__TASK TO CARRY OUT__: Needed from the data below: every line from the one with "v25 (4.647752,3,-17.577797)" up to and including the one with "v45 (108.347752,0,58.990376)", repeated exactly and with nothing else.
--- MATERIAL SHOWN Enclosed Below ---
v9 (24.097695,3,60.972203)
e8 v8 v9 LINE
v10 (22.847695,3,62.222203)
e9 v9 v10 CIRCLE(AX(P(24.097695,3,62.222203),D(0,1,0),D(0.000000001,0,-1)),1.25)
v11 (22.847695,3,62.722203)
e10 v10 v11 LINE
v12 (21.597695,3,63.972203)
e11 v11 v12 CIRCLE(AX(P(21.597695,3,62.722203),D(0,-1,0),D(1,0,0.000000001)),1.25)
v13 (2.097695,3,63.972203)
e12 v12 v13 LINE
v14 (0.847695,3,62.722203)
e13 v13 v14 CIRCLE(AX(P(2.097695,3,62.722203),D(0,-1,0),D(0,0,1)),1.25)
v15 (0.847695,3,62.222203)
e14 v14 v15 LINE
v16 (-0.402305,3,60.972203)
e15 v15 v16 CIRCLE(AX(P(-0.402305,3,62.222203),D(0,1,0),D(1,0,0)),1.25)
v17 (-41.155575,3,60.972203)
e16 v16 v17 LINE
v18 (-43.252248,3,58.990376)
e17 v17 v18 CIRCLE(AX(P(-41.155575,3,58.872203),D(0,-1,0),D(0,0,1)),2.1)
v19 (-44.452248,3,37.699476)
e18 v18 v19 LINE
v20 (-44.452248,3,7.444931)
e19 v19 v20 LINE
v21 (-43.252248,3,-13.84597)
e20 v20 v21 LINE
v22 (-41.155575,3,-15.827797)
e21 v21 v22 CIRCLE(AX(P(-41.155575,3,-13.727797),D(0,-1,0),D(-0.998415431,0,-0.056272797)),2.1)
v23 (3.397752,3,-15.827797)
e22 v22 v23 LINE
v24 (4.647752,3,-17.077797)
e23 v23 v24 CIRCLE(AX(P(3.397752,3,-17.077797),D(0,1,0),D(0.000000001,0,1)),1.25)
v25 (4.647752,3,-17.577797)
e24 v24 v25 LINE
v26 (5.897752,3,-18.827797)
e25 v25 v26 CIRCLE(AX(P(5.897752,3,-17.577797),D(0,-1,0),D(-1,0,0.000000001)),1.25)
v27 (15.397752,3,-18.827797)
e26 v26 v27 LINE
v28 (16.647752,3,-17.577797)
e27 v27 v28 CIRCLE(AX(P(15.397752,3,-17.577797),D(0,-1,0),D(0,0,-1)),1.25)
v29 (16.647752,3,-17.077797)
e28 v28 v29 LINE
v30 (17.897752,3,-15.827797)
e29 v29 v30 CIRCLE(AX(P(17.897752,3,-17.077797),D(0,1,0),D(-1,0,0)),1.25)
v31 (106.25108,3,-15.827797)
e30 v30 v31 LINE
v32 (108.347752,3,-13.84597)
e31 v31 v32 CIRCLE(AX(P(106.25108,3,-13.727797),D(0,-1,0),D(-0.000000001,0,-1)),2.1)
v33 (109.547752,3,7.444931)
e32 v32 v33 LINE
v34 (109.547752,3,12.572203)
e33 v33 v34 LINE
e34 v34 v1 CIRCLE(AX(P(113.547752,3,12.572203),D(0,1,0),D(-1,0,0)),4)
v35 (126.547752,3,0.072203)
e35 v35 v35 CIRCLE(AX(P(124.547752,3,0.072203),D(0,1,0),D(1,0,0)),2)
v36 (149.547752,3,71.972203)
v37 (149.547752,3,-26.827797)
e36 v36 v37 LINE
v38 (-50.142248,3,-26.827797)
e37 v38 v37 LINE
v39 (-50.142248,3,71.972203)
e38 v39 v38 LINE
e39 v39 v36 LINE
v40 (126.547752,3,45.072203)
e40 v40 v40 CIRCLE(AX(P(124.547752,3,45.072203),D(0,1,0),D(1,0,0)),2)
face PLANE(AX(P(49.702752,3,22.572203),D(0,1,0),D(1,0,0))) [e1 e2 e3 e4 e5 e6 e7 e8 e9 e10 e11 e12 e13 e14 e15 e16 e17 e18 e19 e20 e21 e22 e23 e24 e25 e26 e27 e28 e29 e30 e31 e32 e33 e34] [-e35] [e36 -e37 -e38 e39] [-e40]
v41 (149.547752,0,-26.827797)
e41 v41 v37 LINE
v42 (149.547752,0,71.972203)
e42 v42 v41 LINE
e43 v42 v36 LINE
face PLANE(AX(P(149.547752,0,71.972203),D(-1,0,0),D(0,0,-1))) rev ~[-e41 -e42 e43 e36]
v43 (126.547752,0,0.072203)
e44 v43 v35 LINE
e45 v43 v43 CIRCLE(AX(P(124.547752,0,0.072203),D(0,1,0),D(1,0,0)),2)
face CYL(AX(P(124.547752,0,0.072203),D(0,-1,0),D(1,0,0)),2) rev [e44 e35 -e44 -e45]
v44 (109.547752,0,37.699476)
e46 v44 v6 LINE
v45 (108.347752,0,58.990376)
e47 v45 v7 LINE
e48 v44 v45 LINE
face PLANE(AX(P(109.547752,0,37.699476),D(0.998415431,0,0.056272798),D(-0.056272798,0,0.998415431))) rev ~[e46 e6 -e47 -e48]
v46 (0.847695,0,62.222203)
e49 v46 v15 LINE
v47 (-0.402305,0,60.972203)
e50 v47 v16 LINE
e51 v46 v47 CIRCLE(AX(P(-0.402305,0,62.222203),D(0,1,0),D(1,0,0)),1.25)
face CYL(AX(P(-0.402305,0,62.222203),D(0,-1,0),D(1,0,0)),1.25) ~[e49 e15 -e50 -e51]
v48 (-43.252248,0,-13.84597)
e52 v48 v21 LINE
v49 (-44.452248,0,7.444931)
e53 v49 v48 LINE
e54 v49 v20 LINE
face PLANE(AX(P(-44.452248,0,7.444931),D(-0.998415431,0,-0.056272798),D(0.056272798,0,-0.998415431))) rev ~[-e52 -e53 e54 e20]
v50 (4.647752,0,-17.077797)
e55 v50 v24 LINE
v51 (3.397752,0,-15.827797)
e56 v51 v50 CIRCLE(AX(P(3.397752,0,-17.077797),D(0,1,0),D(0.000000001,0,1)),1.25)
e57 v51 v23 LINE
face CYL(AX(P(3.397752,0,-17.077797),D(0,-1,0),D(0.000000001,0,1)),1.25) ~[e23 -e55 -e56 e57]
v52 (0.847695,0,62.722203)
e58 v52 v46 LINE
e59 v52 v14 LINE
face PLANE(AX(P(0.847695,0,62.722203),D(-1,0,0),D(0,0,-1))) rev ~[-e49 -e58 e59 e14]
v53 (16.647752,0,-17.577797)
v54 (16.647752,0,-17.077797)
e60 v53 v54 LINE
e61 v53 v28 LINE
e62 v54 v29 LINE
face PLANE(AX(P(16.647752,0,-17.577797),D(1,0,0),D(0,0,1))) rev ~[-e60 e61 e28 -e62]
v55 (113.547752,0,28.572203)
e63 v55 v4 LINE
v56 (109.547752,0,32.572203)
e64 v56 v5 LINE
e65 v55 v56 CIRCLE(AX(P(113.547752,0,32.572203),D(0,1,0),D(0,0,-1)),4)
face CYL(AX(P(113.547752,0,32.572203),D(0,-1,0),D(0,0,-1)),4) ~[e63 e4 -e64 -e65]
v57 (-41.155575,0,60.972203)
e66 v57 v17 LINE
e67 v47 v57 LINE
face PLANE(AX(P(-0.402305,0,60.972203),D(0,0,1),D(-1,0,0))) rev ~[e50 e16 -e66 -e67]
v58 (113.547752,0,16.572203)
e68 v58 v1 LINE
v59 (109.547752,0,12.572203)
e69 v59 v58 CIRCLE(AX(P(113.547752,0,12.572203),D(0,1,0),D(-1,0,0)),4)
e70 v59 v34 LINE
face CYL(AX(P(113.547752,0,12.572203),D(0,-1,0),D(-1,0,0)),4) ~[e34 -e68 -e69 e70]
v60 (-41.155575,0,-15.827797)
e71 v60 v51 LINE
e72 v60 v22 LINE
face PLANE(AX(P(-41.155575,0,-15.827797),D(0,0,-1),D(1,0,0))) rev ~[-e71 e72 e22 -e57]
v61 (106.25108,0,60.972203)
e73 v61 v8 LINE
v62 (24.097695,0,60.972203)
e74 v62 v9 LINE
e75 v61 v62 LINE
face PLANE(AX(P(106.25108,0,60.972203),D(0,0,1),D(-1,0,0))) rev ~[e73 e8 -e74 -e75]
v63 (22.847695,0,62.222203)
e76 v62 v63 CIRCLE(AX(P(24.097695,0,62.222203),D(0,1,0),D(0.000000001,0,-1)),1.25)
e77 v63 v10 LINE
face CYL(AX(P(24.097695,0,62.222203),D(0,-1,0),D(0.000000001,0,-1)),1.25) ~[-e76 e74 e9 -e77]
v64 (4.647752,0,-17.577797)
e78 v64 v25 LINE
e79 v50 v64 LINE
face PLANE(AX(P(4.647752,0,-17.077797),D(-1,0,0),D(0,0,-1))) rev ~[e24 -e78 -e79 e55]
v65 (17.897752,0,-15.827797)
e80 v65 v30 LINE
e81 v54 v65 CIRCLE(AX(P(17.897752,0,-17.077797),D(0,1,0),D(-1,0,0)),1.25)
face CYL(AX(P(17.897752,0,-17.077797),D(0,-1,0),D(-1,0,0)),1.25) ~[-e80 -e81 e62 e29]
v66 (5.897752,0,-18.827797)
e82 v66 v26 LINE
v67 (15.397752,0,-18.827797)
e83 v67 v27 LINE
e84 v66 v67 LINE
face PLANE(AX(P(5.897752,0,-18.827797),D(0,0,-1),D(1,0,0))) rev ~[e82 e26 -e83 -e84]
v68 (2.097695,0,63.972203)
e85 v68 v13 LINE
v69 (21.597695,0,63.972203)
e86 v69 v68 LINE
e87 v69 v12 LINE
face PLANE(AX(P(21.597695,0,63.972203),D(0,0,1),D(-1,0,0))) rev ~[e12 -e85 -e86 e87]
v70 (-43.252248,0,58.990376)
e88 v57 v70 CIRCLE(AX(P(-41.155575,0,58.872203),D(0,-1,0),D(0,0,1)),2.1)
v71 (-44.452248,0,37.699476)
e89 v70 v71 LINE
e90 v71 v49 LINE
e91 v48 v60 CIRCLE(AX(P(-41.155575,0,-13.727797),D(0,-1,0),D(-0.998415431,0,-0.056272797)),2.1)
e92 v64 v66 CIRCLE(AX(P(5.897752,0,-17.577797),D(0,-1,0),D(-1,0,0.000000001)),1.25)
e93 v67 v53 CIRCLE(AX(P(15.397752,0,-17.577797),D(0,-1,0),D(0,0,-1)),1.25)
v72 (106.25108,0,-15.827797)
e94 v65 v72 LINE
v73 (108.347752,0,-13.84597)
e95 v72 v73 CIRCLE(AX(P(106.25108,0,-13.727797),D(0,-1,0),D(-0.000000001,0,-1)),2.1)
--- End of Enclosed MATERIAL SHOWN ---
__ANSWER BOX__:
v25 (4.647752,3,-17.577797)
e24 v24 v25 LINE
v26 (5.897752,3,-18.827797)
e25 v25 v26 CIRCLE(AX(P(5.897752,3,-17.577797),D(0,-1,0),D(-1,0,0.000000001)),1.25)
v27 (15.397752,3,-18.827797)
e26 v26 v27 LINE
v28 (16.647752,3,-17.577797)
e27 v27 v28 CIRCLE(AX(P(15.397752,3,-17.577797),D(0,-1,0),D(0,0,-1)),1.25)
v29 (16.647752,3,-17.077797)
e28 v28 v29 LINE
v30 (17.897752,3,-15.827797)
e29 v29 v30 CIRCLE(AX(P(17.897752,3,-17.077797),D(0,1,0),D(-1,0,0)),1.25)
v31 (106.25108,3,-15.827797)
e30 v30 v31 LINE
v32 (108.347752,3,-13.84597)
e31 v31 v32 CIRCLE(AX(P(106.25108,3,-13.727797),D(0,-1,0),D(-0.000000001,0,-1)),2.1)
v33 (109.547752,3,7.444931)
e32 v32 v33 LINE
v34 (109.547752,3,12.572203)
e33 v33 v34 LINE
e34 v34 v1 CIRCLE(AX(P(113.547752,3,12.572203),D(0,1,0),D(-1,0,0)),4)
v35 (126.547752,3,0.072203)
e35 v35 v35 CIRCLE(AX(P(124.547752,3,0.072203),D(0,1,0),D(1,0,0)),2)
v36 (149.547752,3,71.972203)
v37 (149.547752,3,-26.827797)
e36 v36 v37 LINE
v38 (-50.142248,3,-26.827797)
e37 v38 v37 LINE
v39 (-50.142248,3,71.972203)
e38 v39 v38 LINE
e39 v39 v36 LINE
v40 (126.547752,3,45.072203)
e40 v40 v40 CIRCLE(AX(P(124.547752,3,45.072203),D(0,1,0),D(1,0,0)),2)
face PLANE(AX(P(49.702752,3,22.572203),D(0,1,0),D(1,0,0))) [e1 e2 e3 e4 e5 e6 e7 e8 e9 e10 e11 e12 e13 e14 e15 e16 e17 e18 e19 e20 e21 e22 e23 e24 e25 e26 e27 e28 e29 e30 e31 e32 e33 e34] [-e35] [e36 -e37 -e38 e39] [-e40]
v41 (149.547752,0,-26.827797)
e41 v41 v37 LINE
v42 (149.547752,0,71.972203)
e42 v42 v41 LINE
e43 v42 v36 LINE
face PLANE(AX(P(149.547752,0,71.972203),D(-1,0,0),D(0,0,-1))) rev ~[-e41 -e42 e43 e36]
v43 (126.547752,0,0.072203)
e44 v43 v35 LINE
e45 v43 v43 CIRCLE(AX(P(124.547752,0,0.072203),D(0,1,0),D(1,0,0)),2)
face CYL(AX(P(124.547752,0,0.072203),D(0,-1,0),D(1,0,0)),2) rev [e44 e35 -e44 -e45]
v44 (109.547752,0,37.699476)
e46 v44 v6 LINE
v45 (108.347752,0,58.990376)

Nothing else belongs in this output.